Missing Derry teenager Andrew Quigley has been “let down by the system” according to his family who say more needs to be done to help young people with suicidal tendencies.
Police divers are due to enter the River Foyle at around 4.00pm today (low tide) as the search for the 19-year-old from Fergleen Park in Galliagh continues.
Andrew has not been seen since leaving a friend’s 21st birthday party in the early hours of Saturday morning.
A search of the river has continued since some his personal belongings were found on Foyle Bridge at 7.40am later that morning.

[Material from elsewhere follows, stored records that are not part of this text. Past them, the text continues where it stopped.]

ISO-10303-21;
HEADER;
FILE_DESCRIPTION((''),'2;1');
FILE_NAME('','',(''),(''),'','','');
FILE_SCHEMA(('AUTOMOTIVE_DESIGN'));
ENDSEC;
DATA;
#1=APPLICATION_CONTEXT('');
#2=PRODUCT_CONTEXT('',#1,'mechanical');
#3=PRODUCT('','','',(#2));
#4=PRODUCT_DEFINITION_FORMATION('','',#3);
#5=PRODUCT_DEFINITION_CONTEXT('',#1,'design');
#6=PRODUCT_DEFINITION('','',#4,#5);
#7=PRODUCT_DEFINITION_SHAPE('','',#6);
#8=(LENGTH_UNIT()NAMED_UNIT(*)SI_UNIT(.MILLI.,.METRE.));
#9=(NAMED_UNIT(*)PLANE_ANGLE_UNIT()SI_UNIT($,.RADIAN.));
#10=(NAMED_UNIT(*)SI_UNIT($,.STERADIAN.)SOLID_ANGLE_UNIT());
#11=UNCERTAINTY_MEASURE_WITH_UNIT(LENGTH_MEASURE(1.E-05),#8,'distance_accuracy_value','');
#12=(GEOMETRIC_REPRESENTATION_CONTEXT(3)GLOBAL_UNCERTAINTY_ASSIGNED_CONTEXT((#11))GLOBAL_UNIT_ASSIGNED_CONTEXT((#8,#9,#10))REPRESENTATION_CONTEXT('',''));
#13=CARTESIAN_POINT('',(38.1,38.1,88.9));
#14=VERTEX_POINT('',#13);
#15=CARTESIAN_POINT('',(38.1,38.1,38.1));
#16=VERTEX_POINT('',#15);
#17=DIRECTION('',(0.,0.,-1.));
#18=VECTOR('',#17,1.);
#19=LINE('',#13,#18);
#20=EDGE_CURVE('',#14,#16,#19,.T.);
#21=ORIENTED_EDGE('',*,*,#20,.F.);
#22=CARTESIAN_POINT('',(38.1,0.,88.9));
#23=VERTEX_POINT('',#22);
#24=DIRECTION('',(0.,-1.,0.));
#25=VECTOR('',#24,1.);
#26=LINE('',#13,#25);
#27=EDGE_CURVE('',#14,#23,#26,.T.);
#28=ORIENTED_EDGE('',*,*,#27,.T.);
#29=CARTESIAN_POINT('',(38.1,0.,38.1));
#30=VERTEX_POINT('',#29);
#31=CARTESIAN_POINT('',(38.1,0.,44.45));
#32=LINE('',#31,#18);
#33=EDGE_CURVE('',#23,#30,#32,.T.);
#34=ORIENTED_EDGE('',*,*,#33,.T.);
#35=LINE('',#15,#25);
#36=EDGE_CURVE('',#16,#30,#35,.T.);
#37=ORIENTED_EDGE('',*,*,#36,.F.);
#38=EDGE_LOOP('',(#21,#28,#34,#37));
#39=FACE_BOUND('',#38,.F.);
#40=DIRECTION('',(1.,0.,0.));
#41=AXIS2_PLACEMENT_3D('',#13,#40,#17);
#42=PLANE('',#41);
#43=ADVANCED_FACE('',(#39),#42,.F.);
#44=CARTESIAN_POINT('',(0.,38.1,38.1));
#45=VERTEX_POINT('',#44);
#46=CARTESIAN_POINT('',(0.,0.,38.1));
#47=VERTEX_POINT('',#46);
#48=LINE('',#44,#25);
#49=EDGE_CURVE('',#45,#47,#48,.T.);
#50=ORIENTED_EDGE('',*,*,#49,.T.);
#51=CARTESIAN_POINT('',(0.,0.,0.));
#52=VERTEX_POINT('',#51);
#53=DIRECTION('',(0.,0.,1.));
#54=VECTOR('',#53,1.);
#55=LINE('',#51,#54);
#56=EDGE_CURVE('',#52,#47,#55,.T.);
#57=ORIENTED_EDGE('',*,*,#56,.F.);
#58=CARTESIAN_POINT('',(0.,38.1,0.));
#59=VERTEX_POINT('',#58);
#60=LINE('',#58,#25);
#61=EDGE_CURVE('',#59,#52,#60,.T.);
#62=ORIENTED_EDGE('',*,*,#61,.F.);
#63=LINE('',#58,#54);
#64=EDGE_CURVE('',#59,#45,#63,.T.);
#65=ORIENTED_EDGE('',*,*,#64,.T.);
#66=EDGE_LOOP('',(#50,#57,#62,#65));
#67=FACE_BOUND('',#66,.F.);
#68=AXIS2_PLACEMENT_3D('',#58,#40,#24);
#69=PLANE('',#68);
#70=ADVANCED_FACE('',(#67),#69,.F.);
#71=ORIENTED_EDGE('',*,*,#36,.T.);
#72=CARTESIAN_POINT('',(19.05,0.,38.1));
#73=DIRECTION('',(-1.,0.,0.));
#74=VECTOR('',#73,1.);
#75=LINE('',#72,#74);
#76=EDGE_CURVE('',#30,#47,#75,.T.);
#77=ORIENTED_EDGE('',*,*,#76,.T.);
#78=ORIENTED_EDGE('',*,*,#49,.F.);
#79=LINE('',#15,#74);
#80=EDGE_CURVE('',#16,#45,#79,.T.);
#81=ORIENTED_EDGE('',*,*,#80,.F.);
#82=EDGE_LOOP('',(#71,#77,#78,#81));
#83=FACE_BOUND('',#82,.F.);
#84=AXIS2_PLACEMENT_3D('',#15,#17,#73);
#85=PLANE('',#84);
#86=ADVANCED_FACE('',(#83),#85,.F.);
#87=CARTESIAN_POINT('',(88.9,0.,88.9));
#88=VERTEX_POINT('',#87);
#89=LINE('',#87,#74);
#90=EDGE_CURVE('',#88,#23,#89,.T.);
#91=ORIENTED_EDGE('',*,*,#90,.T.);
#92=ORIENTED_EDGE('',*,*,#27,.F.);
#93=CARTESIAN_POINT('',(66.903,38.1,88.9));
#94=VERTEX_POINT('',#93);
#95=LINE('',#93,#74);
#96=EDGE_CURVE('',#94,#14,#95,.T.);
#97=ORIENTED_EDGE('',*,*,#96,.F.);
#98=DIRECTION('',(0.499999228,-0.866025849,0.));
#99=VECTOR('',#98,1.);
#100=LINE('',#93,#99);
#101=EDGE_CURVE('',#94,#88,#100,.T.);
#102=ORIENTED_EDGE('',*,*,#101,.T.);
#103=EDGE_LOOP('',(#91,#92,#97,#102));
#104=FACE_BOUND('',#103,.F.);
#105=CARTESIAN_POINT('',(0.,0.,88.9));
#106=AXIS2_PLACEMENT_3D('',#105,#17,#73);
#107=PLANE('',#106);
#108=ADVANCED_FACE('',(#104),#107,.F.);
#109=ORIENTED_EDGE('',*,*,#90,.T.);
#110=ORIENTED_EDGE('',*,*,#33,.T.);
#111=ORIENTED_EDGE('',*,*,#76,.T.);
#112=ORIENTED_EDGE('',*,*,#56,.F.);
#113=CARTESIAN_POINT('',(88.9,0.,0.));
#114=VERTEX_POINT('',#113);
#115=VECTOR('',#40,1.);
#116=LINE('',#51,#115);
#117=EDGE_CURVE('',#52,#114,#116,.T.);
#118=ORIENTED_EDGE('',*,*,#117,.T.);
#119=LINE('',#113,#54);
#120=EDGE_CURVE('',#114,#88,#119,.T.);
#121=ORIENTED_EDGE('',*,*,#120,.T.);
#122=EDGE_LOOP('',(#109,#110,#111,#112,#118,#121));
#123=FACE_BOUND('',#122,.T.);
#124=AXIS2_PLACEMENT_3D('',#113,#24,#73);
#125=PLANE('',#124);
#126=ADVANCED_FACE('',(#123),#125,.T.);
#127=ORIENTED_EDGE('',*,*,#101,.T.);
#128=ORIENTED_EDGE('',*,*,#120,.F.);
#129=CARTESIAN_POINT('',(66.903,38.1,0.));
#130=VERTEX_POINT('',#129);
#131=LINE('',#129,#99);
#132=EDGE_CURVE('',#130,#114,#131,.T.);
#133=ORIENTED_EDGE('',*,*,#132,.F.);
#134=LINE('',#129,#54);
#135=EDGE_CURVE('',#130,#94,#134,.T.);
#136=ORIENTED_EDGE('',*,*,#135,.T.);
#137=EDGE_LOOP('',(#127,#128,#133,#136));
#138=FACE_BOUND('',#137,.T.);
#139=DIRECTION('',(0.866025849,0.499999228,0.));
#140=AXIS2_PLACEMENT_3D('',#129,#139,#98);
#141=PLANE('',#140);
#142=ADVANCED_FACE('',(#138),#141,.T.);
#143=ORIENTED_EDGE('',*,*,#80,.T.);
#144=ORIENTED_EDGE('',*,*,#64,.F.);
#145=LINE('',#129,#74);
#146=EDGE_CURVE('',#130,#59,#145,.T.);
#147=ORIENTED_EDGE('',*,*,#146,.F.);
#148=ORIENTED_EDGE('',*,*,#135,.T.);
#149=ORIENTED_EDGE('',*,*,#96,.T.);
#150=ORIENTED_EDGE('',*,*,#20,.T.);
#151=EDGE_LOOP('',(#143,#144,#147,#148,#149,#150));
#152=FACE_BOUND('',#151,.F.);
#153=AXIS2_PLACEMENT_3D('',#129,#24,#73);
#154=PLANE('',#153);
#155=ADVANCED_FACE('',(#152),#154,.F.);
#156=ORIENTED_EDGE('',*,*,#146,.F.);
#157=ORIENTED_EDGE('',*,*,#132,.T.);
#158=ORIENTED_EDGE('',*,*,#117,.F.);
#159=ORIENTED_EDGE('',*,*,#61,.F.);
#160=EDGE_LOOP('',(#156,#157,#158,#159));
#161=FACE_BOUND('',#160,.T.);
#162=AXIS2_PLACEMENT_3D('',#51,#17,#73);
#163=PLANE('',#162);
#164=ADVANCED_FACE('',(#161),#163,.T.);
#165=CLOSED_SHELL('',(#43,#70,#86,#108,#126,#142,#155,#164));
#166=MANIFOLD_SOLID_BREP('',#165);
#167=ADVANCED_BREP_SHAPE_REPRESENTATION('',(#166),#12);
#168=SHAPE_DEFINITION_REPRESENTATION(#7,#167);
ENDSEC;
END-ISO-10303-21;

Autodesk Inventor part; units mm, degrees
ref_plane "YZ Plane" through (0, 0, 0) normal (1, 0, 0) x (0, 1, 0)
ref_plane "XZ Plane" through (0, 0, 0) normal (0, 1, 0) x (-1, 0, 0)
ref_plane "XY Plane" through (0, 0, 0) normal (0, 0, 1) x (1, 0, 0)
sketch "Sketch1" plane through (0, 0, 0) normal (0, 0, 1) x (1, 0, 0)
  line L0 (0, 0) -> (66.903, 0)
  line L1 (66.903, 0) -> (66.903, 38.1)
  line L2 (66.903, 38.1) -> (0, 38.1)
  line L3 (0, 38.1) -> (0, 0)
  dimension "d0" = 66.903
  dimension "d1" = 38.1
extrude "Extrusion1" add sketch "Sketch1" along normal blind 88.9
sketch "Sketch2" plane through (0, 38.1, 0) normal (0, 1, 0) x (1, 0, 0)
  line L0 (0, -88.9) -> (66.903, -88.9) projected
  line L1 (0, -88.9) -> (38.1, -88.9)
  line L2 (38.1, -88.9) -> (38.1, -38.1)
  line L3 (38.1, -38.1) -> (0, -38.1)
  line L4 (0, -38.1) -> (0, -88.9)
  point P0 (0, 0)
  dimension "d4" = 38.1
  dimension "d5" = 50.8
extrude "Extrusion2" cut sketch "Sketch2" against normal through all
sketch "Sketch3" plane through (0, 0, 0) normal (0, 0, -1) x (-1, 0, 0)
  line L0 (-66.903, 38.1) -> (0, 38.1) projected
  line L1 (-66.903, 38.1) -> (-88.9, 0)
  line L2 (-88.9, 0) -> (-66.903, 0)
  line L3 (-66.903, 0) -> (-66.903, 38.1)
  point P0 (0, 0)
  dimension "d8" = 60
extrude "Extrusion3" add sketch "Sketch3" against normal blind 88.9
properties part number "BO04" material "Wood (Oak)"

Since then, Foyle Search and Rescue, police and Irish Coast Guard helicopters have scoured the river while his family and friends, supported by hundreds of members of the public, have searched the river’s shoreline.
Andrew’s family have called for the decision to refuse funding to Foyle Search and Rescue to establish a counselling centre after revealing he had shown suicidal tenancies and had previously tried to take his own life as a result of a drugs problem.
Andrew’s uncle Dermot Quigley said his nephew had been let down by the system.
Dermot revealed Andrew had pleaded for help but it was not there for ,him and if it had been he might be alive today.”
Dermot he called for a decision by the Government’s Social Investment Fund to refuse £200,000 funding to Foyle Search and Rescue to set up a counselling centre in the city to be reversed.
He said: “The North West is in dire need of this very type of facility, had it already been available we might not be searching for Andrew now.”